2. Local minima are visible. In Python, loss curves are abstract plots. In Excel, you watch the "Loss" cell bounce up and down as you tap F9. You can see the model get stuck. You can see it escape. Network: 2 inputs, 3 hidden neurons, 1 output
3. Excel is the ultimate low-code ML platform. For a business analyst who cannot install Python, a simple logistic regression (1-neuron network) in Excel is incredibly powerful. Adding a hidden layer is overkill, but it proves that the barrier to AI is no longer code—it is understanding.
Step 2.1: Hidden Layer Linear Sum (Z1)
In cell F6 (using dynamic array multiplication MMULT):
=MMULT(Input, W1) + B1
Result: A 1x4 array.
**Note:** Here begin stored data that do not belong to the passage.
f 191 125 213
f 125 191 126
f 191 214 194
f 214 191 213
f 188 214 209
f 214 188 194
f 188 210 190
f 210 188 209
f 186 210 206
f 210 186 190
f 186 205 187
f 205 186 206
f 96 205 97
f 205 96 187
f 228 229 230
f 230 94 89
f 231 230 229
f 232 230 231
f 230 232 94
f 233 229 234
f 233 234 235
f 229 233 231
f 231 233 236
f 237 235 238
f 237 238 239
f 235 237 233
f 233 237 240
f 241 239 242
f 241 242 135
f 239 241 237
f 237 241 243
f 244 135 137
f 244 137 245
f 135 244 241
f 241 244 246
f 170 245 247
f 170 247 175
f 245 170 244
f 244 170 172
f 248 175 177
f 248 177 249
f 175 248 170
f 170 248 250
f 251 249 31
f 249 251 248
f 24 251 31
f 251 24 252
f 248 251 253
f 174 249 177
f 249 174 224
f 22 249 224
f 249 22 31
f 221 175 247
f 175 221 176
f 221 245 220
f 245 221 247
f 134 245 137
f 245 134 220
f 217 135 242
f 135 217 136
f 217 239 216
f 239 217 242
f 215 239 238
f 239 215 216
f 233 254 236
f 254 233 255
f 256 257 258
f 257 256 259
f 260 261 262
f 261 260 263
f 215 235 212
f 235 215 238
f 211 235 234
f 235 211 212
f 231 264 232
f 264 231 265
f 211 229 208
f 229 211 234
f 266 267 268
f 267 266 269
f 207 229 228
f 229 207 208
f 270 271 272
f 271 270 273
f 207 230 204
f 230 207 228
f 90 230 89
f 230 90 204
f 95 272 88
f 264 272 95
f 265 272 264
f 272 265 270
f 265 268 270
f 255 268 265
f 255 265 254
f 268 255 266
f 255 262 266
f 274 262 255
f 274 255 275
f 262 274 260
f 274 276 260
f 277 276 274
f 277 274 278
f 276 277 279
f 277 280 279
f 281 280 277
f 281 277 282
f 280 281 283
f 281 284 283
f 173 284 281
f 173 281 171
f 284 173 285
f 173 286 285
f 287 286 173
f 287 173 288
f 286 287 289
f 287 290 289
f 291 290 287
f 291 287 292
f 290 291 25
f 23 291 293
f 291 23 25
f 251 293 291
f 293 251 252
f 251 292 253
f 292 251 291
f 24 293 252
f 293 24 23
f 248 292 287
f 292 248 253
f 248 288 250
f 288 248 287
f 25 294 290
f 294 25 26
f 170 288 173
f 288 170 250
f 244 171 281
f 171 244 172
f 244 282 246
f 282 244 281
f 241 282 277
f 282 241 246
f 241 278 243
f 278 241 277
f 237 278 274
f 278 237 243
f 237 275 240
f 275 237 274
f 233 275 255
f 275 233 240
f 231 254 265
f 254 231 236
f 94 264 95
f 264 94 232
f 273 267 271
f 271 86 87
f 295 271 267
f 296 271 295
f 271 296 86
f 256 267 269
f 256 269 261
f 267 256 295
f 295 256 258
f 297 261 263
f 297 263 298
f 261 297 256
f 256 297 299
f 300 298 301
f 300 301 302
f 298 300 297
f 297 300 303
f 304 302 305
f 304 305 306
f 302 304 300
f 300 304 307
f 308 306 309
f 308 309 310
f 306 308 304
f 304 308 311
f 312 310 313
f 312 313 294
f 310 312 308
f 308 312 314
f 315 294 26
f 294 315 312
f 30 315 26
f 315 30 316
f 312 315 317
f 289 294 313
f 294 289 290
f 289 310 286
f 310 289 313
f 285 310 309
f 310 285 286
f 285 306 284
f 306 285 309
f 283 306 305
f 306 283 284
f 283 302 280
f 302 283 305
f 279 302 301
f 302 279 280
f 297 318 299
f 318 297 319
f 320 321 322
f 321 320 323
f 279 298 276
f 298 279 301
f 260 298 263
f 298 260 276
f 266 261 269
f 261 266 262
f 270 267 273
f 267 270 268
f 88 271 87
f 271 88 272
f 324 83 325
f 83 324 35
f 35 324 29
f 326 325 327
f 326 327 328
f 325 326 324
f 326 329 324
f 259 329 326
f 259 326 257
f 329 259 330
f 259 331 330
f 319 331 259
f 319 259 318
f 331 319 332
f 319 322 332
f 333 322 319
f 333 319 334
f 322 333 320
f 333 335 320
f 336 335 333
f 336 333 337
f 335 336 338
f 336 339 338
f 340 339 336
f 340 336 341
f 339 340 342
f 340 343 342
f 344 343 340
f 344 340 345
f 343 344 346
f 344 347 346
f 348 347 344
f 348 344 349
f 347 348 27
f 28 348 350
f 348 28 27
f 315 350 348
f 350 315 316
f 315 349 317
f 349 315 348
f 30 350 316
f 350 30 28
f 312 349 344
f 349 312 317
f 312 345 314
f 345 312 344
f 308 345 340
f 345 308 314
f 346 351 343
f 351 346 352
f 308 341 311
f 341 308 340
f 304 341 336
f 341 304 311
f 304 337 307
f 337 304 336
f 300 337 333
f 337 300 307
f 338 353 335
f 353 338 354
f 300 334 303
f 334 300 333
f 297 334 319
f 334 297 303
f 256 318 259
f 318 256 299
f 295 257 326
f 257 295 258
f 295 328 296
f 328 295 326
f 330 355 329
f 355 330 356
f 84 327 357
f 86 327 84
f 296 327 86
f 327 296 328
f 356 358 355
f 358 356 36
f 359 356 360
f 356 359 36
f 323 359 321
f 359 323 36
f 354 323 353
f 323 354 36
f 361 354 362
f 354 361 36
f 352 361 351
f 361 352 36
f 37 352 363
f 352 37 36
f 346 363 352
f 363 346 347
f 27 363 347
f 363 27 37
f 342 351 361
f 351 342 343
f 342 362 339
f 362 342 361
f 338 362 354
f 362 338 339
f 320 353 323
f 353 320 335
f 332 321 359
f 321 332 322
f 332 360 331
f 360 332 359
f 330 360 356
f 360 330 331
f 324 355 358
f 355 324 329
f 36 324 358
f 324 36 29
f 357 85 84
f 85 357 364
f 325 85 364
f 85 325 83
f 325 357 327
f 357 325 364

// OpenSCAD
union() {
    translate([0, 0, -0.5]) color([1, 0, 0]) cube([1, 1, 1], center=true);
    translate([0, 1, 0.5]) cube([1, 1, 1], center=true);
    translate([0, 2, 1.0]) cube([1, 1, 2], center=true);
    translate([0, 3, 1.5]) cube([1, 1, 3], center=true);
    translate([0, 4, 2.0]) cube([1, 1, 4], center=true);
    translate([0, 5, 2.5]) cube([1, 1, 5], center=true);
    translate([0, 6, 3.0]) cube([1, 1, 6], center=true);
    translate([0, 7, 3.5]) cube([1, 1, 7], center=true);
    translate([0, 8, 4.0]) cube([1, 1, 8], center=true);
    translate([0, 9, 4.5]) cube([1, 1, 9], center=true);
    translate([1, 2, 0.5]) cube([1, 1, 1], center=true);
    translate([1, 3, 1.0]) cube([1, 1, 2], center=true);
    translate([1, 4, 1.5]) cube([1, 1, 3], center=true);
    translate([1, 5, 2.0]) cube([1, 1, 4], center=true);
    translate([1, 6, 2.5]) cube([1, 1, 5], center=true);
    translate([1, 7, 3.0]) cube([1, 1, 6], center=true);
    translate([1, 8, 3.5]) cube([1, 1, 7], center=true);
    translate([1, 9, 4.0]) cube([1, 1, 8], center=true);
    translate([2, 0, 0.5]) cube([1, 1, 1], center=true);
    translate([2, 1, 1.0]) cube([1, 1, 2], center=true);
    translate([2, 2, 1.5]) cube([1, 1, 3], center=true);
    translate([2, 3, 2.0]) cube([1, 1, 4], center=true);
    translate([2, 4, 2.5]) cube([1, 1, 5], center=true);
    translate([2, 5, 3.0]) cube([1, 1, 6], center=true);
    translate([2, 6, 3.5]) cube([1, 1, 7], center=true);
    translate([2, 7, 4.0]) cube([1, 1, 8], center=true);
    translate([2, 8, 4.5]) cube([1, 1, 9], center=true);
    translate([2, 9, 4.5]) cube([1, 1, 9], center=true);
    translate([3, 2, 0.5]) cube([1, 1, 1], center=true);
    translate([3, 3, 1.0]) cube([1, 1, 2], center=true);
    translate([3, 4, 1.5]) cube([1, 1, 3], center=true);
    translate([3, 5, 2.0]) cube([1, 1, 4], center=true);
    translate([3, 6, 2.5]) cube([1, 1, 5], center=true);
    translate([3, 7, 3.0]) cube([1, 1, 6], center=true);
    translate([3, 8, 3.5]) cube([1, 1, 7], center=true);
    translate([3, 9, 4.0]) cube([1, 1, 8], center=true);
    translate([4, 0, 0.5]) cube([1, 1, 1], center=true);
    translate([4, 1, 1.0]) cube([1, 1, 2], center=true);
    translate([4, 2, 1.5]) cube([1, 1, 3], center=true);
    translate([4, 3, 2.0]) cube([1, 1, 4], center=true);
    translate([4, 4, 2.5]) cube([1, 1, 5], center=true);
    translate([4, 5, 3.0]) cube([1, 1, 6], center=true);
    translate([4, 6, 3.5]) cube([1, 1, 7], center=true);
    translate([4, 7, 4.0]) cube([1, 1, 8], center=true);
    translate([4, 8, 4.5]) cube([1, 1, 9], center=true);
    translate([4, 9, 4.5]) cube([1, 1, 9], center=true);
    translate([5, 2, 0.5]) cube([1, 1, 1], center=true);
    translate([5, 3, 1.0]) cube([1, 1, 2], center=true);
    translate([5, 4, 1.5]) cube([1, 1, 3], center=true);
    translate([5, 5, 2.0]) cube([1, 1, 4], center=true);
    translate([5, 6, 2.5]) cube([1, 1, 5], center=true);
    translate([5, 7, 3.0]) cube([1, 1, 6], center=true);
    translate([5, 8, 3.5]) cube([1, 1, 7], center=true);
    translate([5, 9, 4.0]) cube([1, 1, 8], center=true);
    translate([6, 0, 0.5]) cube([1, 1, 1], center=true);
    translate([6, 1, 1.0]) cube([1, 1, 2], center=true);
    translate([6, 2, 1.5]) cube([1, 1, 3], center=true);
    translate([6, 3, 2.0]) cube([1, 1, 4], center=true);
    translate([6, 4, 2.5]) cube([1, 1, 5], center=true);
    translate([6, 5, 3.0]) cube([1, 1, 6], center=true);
The MMULT function is the native matrix multiplier.
Step 4: The "Learning" (Backpropagation)
This is where the magic happens. Standard Excel doesn't "learn" automatically; we must calculate the gradients (how much to change the weights) using formulas.
- Calculate Error: $Target - Prediction$.
- Calculate Derivatives: Use the chain rule to find out how much each weight contributed to the error.
- Output Gradient:
Prediction * (1 - Prediction) * Error - Hidden Gradient: Complex chain rule application involving output weights and hidden activation derivatives.
- Output Gradient:
Error at hidden layer
delta_hidden = MMULT(delta_output, TRANSPOSE(W2)) * HiddenActivation * (1 - HiddenActivation)
Layout visually:
| | A | B | C | D | E | F | G | H | I | J | K | L | M | |-----|-----|-----|-----|-----|-----|-----|-----|-----|-----|-----|-----|-----|-----| | 1 | | A | B | Y | | W1 | | | b1 | | W2 | | b2 | | 2 | | | | | | col1| col2| | | | | | | | 3 | | 0 | 0 | 0 | | 0.5 | -0.6| | 0.1 | | 0.4 | | 0.2 | | 4 | | 0 | 1 | 1 | | 0.7 | 0.2 | | -0.2| | -0.3| | | | 5 | | 1 | 0 | 1 | | | | | | | | | | | 6 | | 1 | 1 | 0 | | | | | | | | | |
(Initial weights are small random numbers – you can type your own.)
Part 3: The Magic Trick – Backpropagation (The Learning)
This is where the "new" Excel shines. Backpropagation requires calculating the derivative of the error with respect to every weight. We do this using matrix calculus.